Exercise description ▸ Among the entries below, which lines include the string "SUBTRACT"? Show each one.

(Stored data)
┄┄┄┄┄┄

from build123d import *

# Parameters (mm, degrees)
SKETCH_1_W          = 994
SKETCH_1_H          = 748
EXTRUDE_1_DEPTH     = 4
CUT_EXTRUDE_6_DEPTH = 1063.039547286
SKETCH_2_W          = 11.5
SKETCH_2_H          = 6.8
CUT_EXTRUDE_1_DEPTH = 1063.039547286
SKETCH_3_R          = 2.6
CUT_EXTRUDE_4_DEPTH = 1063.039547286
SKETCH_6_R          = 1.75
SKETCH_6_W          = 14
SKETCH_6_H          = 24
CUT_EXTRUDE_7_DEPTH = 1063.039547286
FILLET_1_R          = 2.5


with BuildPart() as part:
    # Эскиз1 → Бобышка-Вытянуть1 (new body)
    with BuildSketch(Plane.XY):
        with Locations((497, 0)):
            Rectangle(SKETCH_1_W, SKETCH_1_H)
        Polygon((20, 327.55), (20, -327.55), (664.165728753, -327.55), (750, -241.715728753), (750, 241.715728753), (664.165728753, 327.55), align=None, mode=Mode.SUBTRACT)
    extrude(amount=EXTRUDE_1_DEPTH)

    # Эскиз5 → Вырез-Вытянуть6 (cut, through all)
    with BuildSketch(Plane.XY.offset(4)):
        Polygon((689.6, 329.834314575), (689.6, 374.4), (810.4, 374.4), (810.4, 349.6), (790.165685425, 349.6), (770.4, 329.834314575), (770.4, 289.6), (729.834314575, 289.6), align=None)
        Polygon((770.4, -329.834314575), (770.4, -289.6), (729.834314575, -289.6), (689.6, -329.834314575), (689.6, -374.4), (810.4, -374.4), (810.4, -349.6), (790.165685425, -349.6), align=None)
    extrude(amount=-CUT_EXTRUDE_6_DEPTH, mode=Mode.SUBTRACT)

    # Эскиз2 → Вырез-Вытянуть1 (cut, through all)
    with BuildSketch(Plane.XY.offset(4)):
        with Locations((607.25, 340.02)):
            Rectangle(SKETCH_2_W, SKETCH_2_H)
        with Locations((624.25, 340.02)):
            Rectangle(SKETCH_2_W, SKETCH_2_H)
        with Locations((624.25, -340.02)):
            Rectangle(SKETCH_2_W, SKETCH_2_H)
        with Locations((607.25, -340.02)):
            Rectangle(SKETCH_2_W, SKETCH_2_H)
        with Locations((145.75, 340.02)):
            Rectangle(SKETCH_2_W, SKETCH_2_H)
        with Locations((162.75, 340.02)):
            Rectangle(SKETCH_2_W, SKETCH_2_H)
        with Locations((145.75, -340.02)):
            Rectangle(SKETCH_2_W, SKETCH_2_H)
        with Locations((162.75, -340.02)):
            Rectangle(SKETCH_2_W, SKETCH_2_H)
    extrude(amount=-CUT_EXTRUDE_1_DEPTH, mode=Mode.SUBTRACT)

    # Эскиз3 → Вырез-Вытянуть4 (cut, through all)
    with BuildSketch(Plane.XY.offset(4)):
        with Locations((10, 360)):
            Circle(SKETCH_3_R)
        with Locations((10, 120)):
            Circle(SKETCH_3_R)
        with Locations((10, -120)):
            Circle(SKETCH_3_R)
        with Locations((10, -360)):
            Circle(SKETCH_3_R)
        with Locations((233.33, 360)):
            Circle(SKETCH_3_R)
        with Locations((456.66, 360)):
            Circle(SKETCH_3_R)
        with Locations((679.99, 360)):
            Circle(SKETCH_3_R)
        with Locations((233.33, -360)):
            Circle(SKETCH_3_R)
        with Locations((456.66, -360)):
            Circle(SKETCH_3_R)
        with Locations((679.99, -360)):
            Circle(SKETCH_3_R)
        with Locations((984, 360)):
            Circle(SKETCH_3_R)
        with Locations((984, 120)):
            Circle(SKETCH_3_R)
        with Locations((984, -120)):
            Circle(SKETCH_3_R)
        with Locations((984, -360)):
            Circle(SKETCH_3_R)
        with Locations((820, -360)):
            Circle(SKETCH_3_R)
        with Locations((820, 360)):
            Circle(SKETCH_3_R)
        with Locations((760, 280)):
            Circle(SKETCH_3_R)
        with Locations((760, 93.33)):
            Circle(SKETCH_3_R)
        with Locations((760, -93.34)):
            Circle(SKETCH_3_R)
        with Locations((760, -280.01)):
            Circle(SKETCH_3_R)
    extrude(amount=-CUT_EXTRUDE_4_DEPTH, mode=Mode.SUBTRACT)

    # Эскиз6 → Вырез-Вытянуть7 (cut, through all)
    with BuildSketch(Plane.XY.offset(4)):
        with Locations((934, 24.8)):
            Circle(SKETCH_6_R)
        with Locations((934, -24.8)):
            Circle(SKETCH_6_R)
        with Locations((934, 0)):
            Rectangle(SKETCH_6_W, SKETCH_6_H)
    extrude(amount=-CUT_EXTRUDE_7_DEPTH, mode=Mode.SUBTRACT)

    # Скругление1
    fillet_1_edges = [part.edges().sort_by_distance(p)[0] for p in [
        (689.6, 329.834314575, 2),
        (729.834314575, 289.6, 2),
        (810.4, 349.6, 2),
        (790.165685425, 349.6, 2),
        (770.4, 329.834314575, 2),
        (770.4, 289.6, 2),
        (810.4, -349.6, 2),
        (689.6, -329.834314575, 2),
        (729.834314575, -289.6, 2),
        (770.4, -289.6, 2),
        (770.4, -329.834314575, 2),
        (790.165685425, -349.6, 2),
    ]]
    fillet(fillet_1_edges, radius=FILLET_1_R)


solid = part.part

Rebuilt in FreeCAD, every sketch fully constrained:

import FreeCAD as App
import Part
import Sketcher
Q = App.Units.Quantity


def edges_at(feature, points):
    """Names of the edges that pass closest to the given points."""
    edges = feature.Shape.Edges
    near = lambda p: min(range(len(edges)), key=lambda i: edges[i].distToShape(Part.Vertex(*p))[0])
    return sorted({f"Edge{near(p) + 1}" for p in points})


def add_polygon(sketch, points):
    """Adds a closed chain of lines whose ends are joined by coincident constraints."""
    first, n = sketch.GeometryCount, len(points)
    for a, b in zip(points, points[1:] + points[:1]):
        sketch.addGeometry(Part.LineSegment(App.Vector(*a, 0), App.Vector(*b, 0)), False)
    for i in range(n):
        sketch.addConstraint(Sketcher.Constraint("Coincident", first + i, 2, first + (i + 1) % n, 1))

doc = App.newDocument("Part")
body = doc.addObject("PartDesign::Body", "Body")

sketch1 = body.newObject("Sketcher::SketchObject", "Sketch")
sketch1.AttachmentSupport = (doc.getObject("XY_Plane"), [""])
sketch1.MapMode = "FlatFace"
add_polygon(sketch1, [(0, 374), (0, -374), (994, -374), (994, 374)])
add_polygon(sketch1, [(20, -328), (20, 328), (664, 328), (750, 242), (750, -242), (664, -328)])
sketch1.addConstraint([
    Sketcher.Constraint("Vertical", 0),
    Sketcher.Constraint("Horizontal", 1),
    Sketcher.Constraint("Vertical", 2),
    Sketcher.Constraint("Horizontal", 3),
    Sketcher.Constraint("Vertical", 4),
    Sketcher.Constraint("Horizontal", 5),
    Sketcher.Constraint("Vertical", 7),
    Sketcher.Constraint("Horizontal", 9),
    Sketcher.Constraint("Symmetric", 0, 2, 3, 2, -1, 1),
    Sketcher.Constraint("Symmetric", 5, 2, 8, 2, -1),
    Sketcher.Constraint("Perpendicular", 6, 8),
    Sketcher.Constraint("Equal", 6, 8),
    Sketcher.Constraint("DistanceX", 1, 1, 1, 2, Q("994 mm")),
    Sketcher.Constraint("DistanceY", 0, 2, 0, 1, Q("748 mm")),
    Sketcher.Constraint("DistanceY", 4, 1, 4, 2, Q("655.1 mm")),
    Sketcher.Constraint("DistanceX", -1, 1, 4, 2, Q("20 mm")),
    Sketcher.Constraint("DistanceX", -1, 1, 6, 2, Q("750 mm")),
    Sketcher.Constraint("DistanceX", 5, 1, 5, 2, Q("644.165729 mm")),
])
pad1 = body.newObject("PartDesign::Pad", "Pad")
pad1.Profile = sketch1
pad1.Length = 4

┄┄┄┄┄┄

Finished task ▸
        Polygon((20, 327.55), (20, -327.55), (664.165728753, -327.55), (750, -241.715728753), (750, 241.715728753), (664.165728753, 327.55), align=None, mode=Mode.SUBTRACT)
    extrude(amount=-CUT_EXTRUDE_6_DEPTH, mode=Mode.SUBTRACT)
    extrude(amount=-CUT_EXTRUDE_1_DEPTH, mode=Mode.SUBTRACT)
    extrude(amount=-CUT_EXTRUDE_4_DEPTH, mode=Mode.SUBTRACT)
    extrude(amount=-CUT_EXTRUDE_7_DEPTH, mode=Mode.SUBTRACT)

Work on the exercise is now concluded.